New Zealand Fringe Festival

Wellington is home to New Zealand’s finest fringe festival. Fringe is a four-week event encompassing comedians, theatre-makers, artists, musicians and dancers coming together to showcase their work. It is a perfect launching pad for young artists of any discipline. There are no limits in the New Zealand Fringe Festival. You’re welcome to create anything.

Wellington truly comes alive during the Fringe as there are events almost every night. It’s cheap for audience members as well. 50 per cent of the shows at the 2014 Fringe Festival were either free or koha. So you have no excuses.

The 2014 festival was the biggest yet, attracting 120 acts not just from around the country from across the world. Last year’s Tiki Tour Award Winner The Bookbinder has been truly inspiring.
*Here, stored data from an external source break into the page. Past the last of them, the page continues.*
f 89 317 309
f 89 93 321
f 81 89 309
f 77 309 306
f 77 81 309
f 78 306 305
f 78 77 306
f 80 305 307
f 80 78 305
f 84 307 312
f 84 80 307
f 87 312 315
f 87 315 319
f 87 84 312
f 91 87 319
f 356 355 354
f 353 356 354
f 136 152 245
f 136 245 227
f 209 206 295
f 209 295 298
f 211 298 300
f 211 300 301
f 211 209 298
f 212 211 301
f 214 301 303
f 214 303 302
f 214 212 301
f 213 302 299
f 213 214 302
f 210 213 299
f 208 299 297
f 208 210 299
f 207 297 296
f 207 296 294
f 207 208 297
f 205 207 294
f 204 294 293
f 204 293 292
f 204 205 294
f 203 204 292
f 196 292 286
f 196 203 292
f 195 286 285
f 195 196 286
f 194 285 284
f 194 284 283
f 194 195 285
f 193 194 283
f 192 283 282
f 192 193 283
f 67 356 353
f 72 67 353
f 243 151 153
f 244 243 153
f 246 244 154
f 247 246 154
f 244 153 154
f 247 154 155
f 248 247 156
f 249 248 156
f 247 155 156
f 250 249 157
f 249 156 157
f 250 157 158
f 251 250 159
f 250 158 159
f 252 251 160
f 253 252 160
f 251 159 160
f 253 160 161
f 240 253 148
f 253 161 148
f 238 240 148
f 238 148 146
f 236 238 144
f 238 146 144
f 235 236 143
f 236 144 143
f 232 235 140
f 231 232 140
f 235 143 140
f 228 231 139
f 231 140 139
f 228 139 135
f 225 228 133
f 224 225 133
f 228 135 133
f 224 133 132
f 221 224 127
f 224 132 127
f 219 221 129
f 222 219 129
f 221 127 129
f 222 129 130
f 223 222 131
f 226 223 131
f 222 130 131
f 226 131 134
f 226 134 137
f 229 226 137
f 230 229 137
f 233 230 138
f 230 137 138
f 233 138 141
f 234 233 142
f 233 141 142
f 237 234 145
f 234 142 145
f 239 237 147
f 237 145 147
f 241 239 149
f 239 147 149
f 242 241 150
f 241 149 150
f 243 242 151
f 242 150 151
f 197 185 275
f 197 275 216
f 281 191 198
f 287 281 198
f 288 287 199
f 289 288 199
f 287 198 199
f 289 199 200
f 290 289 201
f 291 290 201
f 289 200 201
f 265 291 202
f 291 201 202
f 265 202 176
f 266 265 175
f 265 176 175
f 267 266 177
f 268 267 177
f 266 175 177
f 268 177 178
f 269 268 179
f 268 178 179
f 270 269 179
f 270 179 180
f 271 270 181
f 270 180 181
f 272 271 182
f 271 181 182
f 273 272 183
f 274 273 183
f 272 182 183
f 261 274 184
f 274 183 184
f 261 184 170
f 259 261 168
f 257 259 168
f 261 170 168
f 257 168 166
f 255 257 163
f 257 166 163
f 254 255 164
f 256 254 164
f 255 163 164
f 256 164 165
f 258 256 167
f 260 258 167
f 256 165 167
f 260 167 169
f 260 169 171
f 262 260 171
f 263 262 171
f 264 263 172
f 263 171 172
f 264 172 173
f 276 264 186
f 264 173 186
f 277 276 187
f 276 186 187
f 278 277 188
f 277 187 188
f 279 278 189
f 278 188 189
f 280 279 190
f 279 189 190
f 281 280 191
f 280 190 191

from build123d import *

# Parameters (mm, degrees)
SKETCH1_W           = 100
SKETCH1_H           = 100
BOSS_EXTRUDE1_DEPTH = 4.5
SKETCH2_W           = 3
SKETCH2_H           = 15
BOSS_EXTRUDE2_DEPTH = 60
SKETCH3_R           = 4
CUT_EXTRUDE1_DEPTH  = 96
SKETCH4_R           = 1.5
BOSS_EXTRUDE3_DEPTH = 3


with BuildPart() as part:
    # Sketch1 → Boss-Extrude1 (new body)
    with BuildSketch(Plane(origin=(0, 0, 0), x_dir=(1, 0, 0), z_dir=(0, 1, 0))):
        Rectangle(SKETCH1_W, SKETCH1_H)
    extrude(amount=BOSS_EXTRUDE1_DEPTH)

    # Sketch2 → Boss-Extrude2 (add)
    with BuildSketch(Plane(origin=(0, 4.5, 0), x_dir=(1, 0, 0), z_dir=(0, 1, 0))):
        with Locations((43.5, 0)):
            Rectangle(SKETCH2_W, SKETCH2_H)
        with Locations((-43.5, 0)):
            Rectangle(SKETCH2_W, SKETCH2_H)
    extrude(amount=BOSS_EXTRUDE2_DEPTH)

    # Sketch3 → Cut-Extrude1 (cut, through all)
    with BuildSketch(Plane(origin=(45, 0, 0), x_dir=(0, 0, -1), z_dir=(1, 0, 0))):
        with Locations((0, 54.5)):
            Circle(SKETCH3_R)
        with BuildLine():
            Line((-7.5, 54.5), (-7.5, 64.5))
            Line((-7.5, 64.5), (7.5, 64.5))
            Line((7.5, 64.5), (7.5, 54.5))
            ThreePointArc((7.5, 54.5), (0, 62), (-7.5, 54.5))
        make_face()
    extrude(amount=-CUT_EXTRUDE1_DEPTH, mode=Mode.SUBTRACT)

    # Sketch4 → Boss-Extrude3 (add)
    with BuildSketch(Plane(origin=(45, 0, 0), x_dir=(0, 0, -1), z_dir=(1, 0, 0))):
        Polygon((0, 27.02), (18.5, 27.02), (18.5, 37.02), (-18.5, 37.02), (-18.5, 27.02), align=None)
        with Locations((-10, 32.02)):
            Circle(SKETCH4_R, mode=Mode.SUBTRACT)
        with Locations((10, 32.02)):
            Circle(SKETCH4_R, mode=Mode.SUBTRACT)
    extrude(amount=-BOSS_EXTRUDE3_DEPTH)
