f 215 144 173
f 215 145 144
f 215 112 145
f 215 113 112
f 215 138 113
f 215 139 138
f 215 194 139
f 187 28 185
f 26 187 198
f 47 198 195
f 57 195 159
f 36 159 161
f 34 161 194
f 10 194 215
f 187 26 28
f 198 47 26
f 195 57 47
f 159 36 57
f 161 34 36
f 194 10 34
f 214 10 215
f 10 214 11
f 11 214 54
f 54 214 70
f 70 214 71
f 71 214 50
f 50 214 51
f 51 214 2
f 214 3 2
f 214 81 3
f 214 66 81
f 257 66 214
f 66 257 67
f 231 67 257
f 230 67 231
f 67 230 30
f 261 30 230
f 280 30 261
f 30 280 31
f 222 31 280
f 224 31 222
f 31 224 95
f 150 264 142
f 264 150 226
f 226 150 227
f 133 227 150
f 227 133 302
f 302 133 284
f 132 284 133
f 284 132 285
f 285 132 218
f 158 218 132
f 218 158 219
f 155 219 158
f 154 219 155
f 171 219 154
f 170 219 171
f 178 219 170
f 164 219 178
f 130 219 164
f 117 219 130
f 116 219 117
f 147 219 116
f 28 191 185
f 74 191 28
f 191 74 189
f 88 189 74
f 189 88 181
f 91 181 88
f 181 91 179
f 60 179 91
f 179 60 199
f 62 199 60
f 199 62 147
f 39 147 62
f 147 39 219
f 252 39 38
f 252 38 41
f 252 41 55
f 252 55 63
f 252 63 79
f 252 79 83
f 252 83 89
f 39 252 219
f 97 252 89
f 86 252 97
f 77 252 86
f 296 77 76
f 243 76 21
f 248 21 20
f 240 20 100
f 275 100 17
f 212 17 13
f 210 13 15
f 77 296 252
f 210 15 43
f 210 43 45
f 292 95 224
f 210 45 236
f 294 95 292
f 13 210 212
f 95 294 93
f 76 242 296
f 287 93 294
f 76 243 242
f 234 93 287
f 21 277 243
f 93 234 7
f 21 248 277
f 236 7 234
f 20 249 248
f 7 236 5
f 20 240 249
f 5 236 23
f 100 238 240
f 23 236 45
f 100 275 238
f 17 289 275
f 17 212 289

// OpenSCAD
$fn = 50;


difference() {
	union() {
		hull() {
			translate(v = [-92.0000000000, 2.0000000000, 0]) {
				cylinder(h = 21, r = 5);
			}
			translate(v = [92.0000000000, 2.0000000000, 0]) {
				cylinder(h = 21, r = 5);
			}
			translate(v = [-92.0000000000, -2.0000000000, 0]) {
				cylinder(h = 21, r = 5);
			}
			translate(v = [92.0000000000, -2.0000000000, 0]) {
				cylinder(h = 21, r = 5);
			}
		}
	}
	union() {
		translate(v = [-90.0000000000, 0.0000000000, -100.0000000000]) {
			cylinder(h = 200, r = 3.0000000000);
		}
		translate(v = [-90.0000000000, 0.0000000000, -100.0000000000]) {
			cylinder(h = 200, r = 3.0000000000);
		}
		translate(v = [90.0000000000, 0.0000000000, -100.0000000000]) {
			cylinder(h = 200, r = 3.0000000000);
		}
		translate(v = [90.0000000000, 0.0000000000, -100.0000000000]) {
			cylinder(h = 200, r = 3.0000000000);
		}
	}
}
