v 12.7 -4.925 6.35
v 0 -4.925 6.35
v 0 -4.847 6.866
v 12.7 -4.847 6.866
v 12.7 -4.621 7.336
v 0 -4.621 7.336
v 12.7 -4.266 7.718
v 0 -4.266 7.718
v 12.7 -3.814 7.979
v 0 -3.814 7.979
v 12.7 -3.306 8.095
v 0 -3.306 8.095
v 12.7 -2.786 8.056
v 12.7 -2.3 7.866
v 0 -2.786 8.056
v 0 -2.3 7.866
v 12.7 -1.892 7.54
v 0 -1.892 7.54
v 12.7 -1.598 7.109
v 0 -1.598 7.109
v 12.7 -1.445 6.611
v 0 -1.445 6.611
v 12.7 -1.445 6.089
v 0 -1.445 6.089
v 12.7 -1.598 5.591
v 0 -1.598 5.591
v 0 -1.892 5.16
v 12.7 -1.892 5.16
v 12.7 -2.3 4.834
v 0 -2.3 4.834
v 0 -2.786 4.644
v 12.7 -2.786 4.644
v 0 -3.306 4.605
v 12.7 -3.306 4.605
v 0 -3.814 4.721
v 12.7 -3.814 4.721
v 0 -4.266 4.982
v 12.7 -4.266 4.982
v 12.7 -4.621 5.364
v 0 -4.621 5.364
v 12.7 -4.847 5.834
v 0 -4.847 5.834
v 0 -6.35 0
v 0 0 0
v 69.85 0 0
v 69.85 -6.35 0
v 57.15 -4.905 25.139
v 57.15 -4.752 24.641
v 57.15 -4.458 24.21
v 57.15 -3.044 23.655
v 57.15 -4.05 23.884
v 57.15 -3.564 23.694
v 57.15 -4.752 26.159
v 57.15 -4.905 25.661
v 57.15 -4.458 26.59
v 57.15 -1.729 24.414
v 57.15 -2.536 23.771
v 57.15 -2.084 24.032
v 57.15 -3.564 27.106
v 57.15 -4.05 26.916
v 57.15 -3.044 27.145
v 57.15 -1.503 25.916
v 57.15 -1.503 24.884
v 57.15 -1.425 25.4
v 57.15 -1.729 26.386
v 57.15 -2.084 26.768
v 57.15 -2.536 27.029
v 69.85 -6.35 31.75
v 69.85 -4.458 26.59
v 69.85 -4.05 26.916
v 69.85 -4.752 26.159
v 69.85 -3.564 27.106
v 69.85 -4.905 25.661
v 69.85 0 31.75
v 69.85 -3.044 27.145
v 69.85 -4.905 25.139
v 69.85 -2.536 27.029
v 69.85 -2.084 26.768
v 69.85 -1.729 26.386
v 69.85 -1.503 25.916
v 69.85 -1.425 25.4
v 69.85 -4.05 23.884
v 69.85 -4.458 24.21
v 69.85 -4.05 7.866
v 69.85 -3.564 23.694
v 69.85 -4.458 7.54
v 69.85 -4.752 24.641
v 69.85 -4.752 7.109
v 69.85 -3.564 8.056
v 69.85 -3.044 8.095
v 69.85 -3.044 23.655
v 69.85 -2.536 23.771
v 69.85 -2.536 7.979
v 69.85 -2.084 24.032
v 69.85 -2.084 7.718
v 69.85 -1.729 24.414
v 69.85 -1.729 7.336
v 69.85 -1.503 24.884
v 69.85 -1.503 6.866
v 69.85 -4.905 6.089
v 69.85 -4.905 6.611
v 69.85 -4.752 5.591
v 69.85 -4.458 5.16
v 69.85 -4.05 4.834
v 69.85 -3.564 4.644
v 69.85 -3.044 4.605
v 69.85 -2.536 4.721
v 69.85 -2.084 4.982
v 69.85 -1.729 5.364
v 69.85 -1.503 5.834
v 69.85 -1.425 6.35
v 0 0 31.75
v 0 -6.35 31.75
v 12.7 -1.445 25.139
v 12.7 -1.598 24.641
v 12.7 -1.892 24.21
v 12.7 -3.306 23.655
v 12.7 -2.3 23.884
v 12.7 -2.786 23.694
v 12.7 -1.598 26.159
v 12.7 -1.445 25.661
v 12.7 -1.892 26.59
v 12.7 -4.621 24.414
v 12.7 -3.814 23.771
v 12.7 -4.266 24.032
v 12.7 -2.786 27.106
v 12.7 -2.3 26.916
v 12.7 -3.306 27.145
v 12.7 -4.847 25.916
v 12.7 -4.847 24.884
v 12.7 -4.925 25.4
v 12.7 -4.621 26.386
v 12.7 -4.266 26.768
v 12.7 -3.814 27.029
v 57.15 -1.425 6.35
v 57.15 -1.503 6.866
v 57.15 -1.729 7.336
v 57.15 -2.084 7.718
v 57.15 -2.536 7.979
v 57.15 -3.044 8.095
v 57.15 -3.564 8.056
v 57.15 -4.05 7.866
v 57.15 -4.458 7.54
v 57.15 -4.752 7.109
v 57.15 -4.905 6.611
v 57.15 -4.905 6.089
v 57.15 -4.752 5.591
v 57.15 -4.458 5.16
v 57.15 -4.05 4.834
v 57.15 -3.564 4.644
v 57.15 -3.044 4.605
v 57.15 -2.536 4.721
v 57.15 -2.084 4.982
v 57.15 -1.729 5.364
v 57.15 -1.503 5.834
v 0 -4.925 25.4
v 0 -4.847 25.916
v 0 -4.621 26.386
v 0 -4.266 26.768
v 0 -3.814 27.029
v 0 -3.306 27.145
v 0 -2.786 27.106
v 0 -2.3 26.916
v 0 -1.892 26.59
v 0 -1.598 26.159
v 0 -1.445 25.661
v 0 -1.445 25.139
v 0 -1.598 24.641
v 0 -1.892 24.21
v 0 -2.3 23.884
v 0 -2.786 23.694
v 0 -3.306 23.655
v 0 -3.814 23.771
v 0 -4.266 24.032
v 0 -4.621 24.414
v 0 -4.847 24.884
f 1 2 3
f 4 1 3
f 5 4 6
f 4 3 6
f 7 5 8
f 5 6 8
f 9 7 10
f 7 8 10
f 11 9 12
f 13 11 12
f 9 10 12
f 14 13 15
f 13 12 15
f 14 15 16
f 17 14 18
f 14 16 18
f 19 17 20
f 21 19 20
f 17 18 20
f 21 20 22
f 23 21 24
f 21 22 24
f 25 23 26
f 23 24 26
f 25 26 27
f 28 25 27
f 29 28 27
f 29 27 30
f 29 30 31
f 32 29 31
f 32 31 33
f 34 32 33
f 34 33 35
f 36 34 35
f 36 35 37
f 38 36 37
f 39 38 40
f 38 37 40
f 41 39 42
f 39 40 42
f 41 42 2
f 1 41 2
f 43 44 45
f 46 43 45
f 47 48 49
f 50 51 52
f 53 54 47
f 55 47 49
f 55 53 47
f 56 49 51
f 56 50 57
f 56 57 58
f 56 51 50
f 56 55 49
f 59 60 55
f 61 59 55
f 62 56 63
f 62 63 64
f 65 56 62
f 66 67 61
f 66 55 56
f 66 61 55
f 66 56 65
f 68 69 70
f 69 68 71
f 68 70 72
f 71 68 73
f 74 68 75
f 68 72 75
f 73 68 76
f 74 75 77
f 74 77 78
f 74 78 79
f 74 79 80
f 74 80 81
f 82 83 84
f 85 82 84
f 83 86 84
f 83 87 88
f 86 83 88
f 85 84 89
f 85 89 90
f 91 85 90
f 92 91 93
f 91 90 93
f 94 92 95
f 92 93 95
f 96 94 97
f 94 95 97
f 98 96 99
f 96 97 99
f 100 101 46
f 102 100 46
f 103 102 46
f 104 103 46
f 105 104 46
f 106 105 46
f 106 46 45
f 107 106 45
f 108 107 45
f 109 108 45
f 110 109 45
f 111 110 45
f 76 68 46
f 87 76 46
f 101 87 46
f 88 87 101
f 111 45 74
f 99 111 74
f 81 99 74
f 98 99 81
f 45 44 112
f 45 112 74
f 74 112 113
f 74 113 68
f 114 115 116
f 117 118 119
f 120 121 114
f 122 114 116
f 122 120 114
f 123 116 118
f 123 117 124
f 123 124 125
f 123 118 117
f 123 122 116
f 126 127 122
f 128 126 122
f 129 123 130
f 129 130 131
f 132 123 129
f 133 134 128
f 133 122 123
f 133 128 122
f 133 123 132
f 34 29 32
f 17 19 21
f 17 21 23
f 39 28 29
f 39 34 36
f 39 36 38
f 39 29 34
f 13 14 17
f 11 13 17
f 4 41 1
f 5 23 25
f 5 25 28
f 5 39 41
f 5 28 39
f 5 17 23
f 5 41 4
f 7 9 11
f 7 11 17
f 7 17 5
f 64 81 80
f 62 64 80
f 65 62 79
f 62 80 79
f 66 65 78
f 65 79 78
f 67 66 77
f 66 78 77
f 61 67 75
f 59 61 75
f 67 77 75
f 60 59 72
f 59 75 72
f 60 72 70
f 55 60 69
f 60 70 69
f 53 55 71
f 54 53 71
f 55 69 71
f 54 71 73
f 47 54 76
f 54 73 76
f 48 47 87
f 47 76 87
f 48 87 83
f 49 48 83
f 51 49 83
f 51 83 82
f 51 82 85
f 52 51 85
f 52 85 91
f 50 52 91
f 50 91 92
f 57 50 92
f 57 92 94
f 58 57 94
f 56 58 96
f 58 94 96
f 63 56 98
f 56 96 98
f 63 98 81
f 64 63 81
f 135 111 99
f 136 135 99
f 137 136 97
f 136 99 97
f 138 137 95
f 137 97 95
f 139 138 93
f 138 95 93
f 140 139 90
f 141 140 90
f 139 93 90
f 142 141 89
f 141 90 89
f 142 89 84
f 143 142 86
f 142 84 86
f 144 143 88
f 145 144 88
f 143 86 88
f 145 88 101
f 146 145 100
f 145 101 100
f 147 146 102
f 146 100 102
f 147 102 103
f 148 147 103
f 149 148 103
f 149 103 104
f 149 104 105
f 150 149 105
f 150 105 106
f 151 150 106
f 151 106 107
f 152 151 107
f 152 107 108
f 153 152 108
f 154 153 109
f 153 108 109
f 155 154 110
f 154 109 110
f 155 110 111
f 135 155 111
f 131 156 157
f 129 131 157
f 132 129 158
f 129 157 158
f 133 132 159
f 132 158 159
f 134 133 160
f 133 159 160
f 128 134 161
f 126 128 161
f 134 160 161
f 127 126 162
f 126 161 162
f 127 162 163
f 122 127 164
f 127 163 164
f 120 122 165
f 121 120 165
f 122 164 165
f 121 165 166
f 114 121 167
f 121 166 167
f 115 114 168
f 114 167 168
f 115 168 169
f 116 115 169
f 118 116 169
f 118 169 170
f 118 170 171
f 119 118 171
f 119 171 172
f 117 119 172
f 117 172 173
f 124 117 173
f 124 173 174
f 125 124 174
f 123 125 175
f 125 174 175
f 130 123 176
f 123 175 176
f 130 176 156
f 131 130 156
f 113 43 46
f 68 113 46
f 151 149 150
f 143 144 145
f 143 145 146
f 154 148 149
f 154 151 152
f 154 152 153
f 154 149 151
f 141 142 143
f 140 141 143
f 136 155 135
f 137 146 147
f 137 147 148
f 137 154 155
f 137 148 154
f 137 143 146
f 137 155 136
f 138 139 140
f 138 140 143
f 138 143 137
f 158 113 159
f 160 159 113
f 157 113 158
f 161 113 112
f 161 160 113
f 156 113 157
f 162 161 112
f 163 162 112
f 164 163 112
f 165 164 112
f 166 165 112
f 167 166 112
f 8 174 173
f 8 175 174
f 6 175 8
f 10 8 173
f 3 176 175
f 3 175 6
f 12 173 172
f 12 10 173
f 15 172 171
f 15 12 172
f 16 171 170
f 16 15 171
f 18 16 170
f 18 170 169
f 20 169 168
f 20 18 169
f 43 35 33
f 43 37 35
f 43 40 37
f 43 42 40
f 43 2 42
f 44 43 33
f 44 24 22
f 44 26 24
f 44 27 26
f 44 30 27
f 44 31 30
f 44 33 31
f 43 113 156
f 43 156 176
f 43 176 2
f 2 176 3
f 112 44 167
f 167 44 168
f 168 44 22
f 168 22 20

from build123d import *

# Parameters (mm, degrees)
F0_W     = 69.85
F0_H     = 6.35
F1_DEPTH = 31.75
F2_R     = 1.75
F3_DEPTH = 12.7
F4_R     = 1.75
F5_DEPTH = 12.7


with BuildPart() as f1:
    # F0 (on Top) → F1 (new body)
    with BuildSketch(Plane.XY):
        with Locations((34.925, -3.175)):
            Rectangle(F0_W, F0_H)
    extrude(amount=F1_DEPTH)

    # F2 (on face) → F3 (cut)
    with BuildSketch(Plane.YZ.offset(69.85)):
        with Locations((-3.175, 25.4)):
            Circle(F2_R)
        with Locations((-3.175, 6.35)):
            Circle(F2_R)
    extrude(amount=-F3_DEPTH, mode=Mode.SUBTRACT)

    # F4 (on face) → F5 (cut)
    with BuildSketch(Plane(origin=(0, 0, 0), x_dir=(0, -1, 0), z_dir=(-1, 0, 0))):
        with Locations((3.175, 6.35)):
            Circle(F4_R)
        with Locations((3.175, 25.4)):
            Circle(F4_R)
    extrude(amount=-F5_DEPTH, mode=Mode.SUBTRACT)


solid = f1.part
They are currently at Melbourne Fringe after performing to SOLD-OUT audiences in Sydney Fringe.

Registrations close on 8 October, and for more information, visit their website

BATS Theatre Flies Home

In 2012, BATS Theatre faced an uncertain future. The original owners of their Kent Tce building decided to sell up, and, unable to raise the cash to buy the building, they were faced with closure.

Luckily, thanks to Peter Jackson, the building was salvaged. However, while their original Kent Tce home was undergoing earthquake strengthening, BATS has been located out of site at the former location of The Big Kumara on Dixon St.

In late November, they will finally move back to a brand-new and refurbished theatre space. Thanks to a generous crowdfunding campaign which raised over $6000 more than their $25,000 target, their new building will contain a newly refurbished black box theatre space, a new performance space upstairs, a new bar and foyer, office, green room and dressing-room spaces.

My Accomplice will be christening the newly reopened BATS Theatre on 22 November with their commission STAB show.

BATS Theatre is a Wellington cultural treasure that we came very close to losing a few years ago. I urge you all to support the new venue so it can maintain the resources to foster new and emerging talent.